Commerce électronique : Jumia resserre son modèle pour accélérer sa marche vers la rentabilité
Après une décennie marquée par une expansion rapide et des pertes persistantes, Jumia change de stratégie. La plateforme panafricaine de commerce en ligne vient de sécuriser 50 millions de dollars de nouveaux financements, dont la moitié apportée par la Société financière internationale. Avec un réseau réduit à huit pays, des charges mieux maîtrisées et une activité en reprise, le groupe vise désormais l’équilibre financier dès la fin de 2026 et un premier exercice bénéficiaire en 2027.

Le nouveau financement traduit un changement de cycle pour Jumia. L’entreprise ne cherche plus prioritairement à multiplier les marchés, mais à rendre plus performantes ses activités là où elle dispose déjà d’une base commerciale suffisamment solide. Sur les 50 millions de dollars mobilisés, 25 millions proviennent de la Société financière internationale, bras du Groupe de la Banque mondiale consacré au financement du secteur privé. Axian, déjà présent au capital de Jumia, ainsi que d’autres investisseurs participent également à l’opération. Les fonds doivent notamment renforcer la plateforme commerciale, améliorer la logistique et financer les gains de productivité. Pour les économistes, cette orientation répond à une réalité fondamentale du commerce numérique africain : la croissance du volume d’affaires ne garantit pas automatiquement la rentabilité, surtout lorsque le coût de livraison et d’acquisition des clients reste élevé.
Un périmètre plus petit, mais une activité plus dynamique
Jumia a progressivement réduit son empreinte géographique. Après avoir mis fin à certaines activités, notamment dans la livraison de repas, le groupe a quitté plusieurs marchés jugés insuffisamment rentables. Il opère désormais dans huit pays africains. Cette cure d’amaigrissement s’est accompagnée d’une importante réduction des effectifs. Ceux-ci sont passés de plus de 4 300 salariés fin 2022 à moins de 2 000 au premier trimestre 2026. L’automatisation et l’intelligence artificielle sont également utilisées pour réduire certaines dépenses opérationnelles. Cette stratégie semble commencer à produire des résultats. Au deuxième trimestre 2026, le chiffre d’affaires a augmenté de 14 % sur un an pour atteindre 52 millions de dollars. La valeur des marchandises vendues sur la plateforme a, elle, progressé de 20 %, à 216,3 millions de dollars. Le nombre de commandes de produits physiques a également enregistré une hausse importante, tandis que la clientèle active trimestrielle s’est établie à 2,6 millions de personnes.
Le Nigeria confirme son rôle stratégique
Le marché nigérian constitue l’un des principaux moteurs de cette reprise. La valeur des marchandises vendues y a augmenté de 36 %, tandis que les commandes ont progressé de 34 %. Cette performance montre, selon des analystes du secteur, l’importance de concentrer les investissements sur les marchés présentant une profondeur démographique et commerciale suffisante. Dans un environnement africain très fragmenté, vouloir couvrir trop de pays peut rapidement transformer la croissance en gouffre financier. Jumia mise aussi davantage sur les vendeurs internationaux. Les produits proposés par des commerçants étrangers ont presque doublé en un an, notamment grâce aux vendeurs chinois et à une offre turque positionnée sur des prix accessibles.

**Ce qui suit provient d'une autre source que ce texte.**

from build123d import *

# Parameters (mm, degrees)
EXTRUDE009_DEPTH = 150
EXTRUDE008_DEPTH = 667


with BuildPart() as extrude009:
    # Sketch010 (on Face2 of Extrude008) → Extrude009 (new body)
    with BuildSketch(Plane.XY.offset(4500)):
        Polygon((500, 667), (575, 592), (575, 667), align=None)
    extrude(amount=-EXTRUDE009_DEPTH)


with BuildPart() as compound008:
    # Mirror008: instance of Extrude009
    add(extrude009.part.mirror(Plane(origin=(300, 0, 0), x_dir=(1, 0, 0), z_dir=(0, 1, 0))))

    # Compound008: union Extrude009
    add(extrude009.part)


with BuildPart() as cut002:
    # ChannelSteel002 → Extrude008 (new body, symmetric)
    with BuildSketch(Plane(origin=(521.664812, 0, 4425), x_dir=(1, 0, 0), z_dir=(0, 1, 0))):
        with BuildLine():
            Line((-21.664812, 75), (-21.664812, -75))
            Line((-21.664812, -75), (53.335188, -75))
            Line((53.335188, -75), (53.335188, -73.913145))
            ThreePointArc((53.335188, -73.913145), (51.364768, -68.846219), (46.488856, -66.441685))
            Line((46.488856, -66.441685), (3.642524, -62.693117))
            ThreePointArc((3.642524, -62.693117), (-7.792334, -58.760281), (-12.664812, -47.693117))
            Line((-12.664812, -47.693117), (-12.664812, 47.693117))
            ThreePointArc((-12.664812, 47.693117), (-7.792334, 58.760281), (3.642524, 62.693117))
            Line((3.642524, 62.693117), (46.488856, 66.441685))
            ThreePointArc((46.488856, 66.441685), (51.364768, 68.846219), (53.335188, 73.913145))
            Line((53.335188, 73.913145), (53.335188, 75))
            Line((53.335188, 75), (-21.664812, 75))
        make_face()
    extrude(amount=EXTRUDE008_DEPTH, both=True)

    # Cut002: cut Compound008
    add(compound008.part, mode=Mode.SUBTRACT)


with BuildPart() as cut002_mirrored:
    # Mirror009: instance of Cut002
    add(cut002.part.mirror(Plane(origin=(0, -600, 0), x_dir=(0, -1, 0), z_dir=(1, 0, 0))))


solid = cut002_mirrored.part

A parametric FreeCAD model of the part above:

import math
import FreeCAD as App
import Part
import Sketcher

V = App.Vector
Q = App.Units.Quantity


def add_polygon(sketch, points):
    """Adds a closed chain of lines whose ends are joined by coincident constraints."""
    first, n = sketch.GeometryCount, len(points)
    for a, b in zip(points, points[1:] + points[:1]):
        sketch.addGeometry(Part.LineSegment(App.Vector(*a, 0), App.Vector(*b, 0)), False)
    for i in range(n):
        sketch.addConstraint(Sketcher.Constraint("Coincident", first + i, 2, first + (i + 1) % n, 1))

doc = App.newDocument("Part")
body = doc.addObject("PartDesign::Body", "Body")

sketch1 = doc.addObject("Sketcher::SketchObject", "Sketch")
body.addObject(sketch1)
sketch1.AttachmentSupport = (doc.XY_Plane, [""])
sketch1.MapMode = "FlatFace"
sketch1.AttachmentOffset = App.Placement(V(0, 0, 4500), App.Rotation())
add_polygon(sketch1, [(500, 667), (575, 592), (575, 667)])
sketch1.addConstraint(Sketcher.Constraint("Vertical", 1))
sketch1.addConstraint(Sketcher.Constraint("Horizontal", 2))
sketch1.addConstraint(Sketcher.Constraint("Equal", 2, 1))
sketch1.addConstraint(Sketcher.Constraint("DistanceX", 2, 2, 2, 1, Q("75 mm")))
sketch1.addConstraint(Sketcher.Constraint("DistanceX", -1, 1, 0, 2, Q("575 mm")))
sketch1.addConstraint(Sketcher.Constraint("DistanceY", -1, 1, 0, 2, Q("592 mm")))
pad1 = doc.addObject("PartDesign::Pad", "Pad")
body.addObject(pad1)
pad1.Profile = sketch1
pad1.Length = 150
pad1.Reversed = True
body2 = doc.addObject("PartDesign::Body", "Body001")
body2.AllowCompound = True
doc.recompute()

mirroring = doc.addObject("Part::Mirroring", "Mirroring")
mirroring.Source = body
mirroring.Base = V(300, 0, 0)
mirroring.Normal = V(0, 1, 0)
body2.BaseFeature = mirroring
doc.recompute()

boolean = doc.addObject("PartDesign::Boolean", "Boolean")
body2.addObject(boolean)
boolean.Type = "Fuse"
boolean.addObjects([body])
body3 = doc.addObject("PartDesign::Body", "Body002")

sketch2 = doc.addObject("Sketcher::SketchObject", "Sketch001")
body3.addObject(sketch2)
sketch2.AttachmentSupport = (doc.getObject("XZ_Plane002"), [""])
sketch2.MapMode = "FlatFace"
sketch2.addGeometry(Part.LineSegment(V(500, 4350, 0), V(500, 4500, 0)), False)
sketch2.addGeometry(Part.LineSegment(V(500, 4500, 0), V(575, 4500, 0)), False)
sketch2.addGeometry(Part.LineSegment(V(575, 4500, 0), V(575, 4498.913145, 0)), False)
sketch2.addGeometry(Part.ArcOfCircle(Part.Circle(V(567.499999, 4498.913146, 0), V(0, 0, 1), 7.500001), math.radians(-84.999996), math.radians(-0.000006)), False)
sketch2.addGeometry(Part.LineSegment(V(568.153668, 4491.441685, 0), V(525.307336, 4487.693117, 0)), False)
sketch2.addGeometry(Part.ArcOfCircle(Part.Circle(V(524.084659, 4472.65805, 0), V(0, 0, 1), 15.0847), math.radians(85.350842), math.radians(179.866807)), False)
sketch2.addGeometry(Part.LineSegment(V(509, 4472.693117, 0), V(509, 4377.306883, 0)), False)
sketch2.addGeometry(Part.ArcOfCircle(Part.Circle(V(524.084659, 4377.34195, 0), V(0, 0, 1), 15.0847), math.radians(-179.866807), math.radians(-85.350842)), False)
sketch2.addGeometry(Part.LineSegment(V(525.307336, 4362.306883, 0), V(568.153668, 4358.558315, 0)), False)
sketch2.addGeometry(Part.ArcOfCircle(Part.Circle(V(567.499999, 4351.086854, 0), V(0, 0, 1), 7.500001), math.radians(0.000006), math.radians(84.999996)), False)
sketch2.addGeometry(Part.LineSegment(V(575, 4351.086855, 0), V(575, 4350, 0)), False)
sketch2.addGeometry(Part.LineSegment(V(575, 4350, 0), V(500, 4350, 0)), False)
sketch2.addConstraint(Sketcher.Constraint("Coincident", 0, 2, 1, 1))
sketch2.addConstraint(Sketcher.Constraint("Coincident", 1, 2, 2, 1))
sketch2.addConstraint(Sketcher.Constraint("Tangent", 2, 2, 3, 2))
sketch2.addConstraint(Sketcher.Constraint("Tangent", 3, 1, 4, 1))
sketch2.addConstraint(Sketcher.Constraint("Coincident", 4, 2, 5, 1))
sketch2.addConstraint(Sketcher.Constraint("Coincident", 5, 2, 6, 1))
sketch2.addConstraint(Sketcher.Constraint("Coincident", 6, 2, 7, 1))
sketch2.addConstraint(Sketcher.Constraint("Coincident", 7, 2, 8, 1))
sketch2.addConstraint(Sketcher.Constraint("Tangent", 8, 2, 9, 2))
sketch2.addConstraint(Sketcher.Constraint("Tangent", 9, 1, 10, 1))
sketch2.addConstraint(Sketcher.Constraint("Coincident", 10, 2, 11, 1))
sketch2.addConstraint(Sketcher.Constraint("Coincident", 11, 2, 0, 1))
sketch2.addConstraint(Sketcher.Constraint("Vertical", 0))
sketch2.addConstraint(Sketcher.Constraint("Horizontal", 1))
sketch2.addConstraint(Sketcher.Constraint("Vertical", 2))
sketch2.addConstraint(Sketcher.Constraint("Vertical", 6))
sketch2.addConstraint(Sketcher.Constraint("Vertical", 10))
sketch2.addConstraint(Sketcher.Constraint("Horizontal", 11))
sketch2.addConstraint(Sketcher.Constraint("Equal", 5, 7))
sketch2.addConstraint(Sketcher.Constraint("Equal", 3, 9))
sketch2.addConstraint(Sketcher.Constraint("Vertical", 5, 3, 7, 3))
sketch2.addConstraint(Sketcher.Constraint("Vertical", 3, 3, 9, 3))
sketch2.addConstraint(Sketcher.Constraint("Vertical", 4, 2, 7, 2))
sketch2.addConstraint(Sketcher.Constraint("Vertical", 3, 1, 8, 2))
sketch2.addConstraint(Sketcher.Constraint("Equal", 2, 10))
sketch2.addConstraint(Sketcher.Constraint("Radius", 3, Q("7.500001 mm")))
sketch2.addConstraint(Sketcher.Constraint("DistanceX", 1, 1, 1, 2, Q("75 mm")))
sketch2.addConstraint(Sketcher.Constraint("DistanceY", 0, 1, 0, 2, Q("150 mm")))
sketch2.addConstraint(Sketcher.Constraint("Angle", 4, Q("-175 deg")))
sketch2.addConstraint(Sketcher.Constraint("DistanceX", -1, 1, 0, 2, Q("500 mm")))
sketch2.addConstraint(Sketcher.Constraint("DistanceY", -1, 1, 0, 2, Q("4500 mm")))
sketch2.addConstraint(Sketcher.Constraint("DistanceX", -1, 1, 5, 2, Q("509 mm")))
sketch2.addConstraint(Sketcher.Constraint("DistanceY", 5, 2, 4, 2, Q("15 mm")))
sketch2.addConstraint(Sketcher.Constraint("Radius", 5, Q("15.0847 mm")))
sketch2.addConstraint(Sketcher.Constraint("DistanceY", 7, 3, 5, 3, Q("95.316101 mm")))
sketch2.addConstraint(Sketcher.Constraint("DistanceY", 2, 2, 2, 1, Q("1.086855 mm")))
pad2 = doc.addObject("PartDesign::Pad", "Pad001")
body3.addObject(pad2)
pad2.Profile = sketch2
pad2.Length = 1334
pad2.Midplane = True
doc.recompute()

boolean2 = doc.addObject("PartDesign::Boolean", "Boolean001")
body3.addObject(boolean2)
boolean2.Type = "Cut"
boolean2.addObjects([body2])
body4 = doc.addObject("PartDesign::Body", "Body003")
doc.recompute()

mirroring2 = doc.addObject("Part::Mirroring", "Mirroring001")
mirroring2.Source = body3
mirroring2.Base = V(0, -600, 0)
mirroring2.Normal = V(1, 0, 0)
body4.BaseFeature = mirroring2
doc.recompute()
body3.Visibility = False
mirroring.Visibility = False
mirroring2.Visibility = False

doc.recompute()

Les pertes diminuent, mais la trésorerie reste sous pression
Le redressement est néanmoins loin d’être achevé. La perte d’EBITDA ajusté s’est réduite de 36 %, à 8,7 millions de dollars, tandis que la perte opérationnelle est tombée à 12,4 millions de dollars. La trésorerie demeure cependant un point de vigilance. Les liquidités disponibles fin juin atteignaient 48,3 millions de dollars, contre 62,6 millions trois mois auparavant. Les opérations ont consommé 11,8 millions de dollars au deuxième trimestre. Pour les économistes, le nouveau financement doit donc être considéré moins comme une récompense que comme une fenêtre de transition. Jumia doit désormais démontrer que les économies réalisées sont structurelles et que l’augmentation des ventes peut être transformée en génération de trésorerie.
2027, l’année de vérité
La direction table sur une progression comprise entre 27 % et 32 % de la valeur des marchandises vendues en 2026, à périmètre comparable. Elle prévoit encore une perte d’EBITDA ajusté de 25 à 30 millions de dollars sur l’ensemble de l’exercice. Le véritable test interviendra toutefois au quatrième trimestre, avec l’objectif d’atteindre l’équilibre de l’EBITDA ajusté et de générer un flux de trésorerie positif. L’enjeu dépasse le seul cas Jumia. Le parcours de l’entreprise illustre les difficultés auxquelles se heurte le commerce électronique africain : faibles revenus disponibles, infrastructures logistiques coûteuses, paiements encore largement dominés par le cash et marchés nationaux très différents.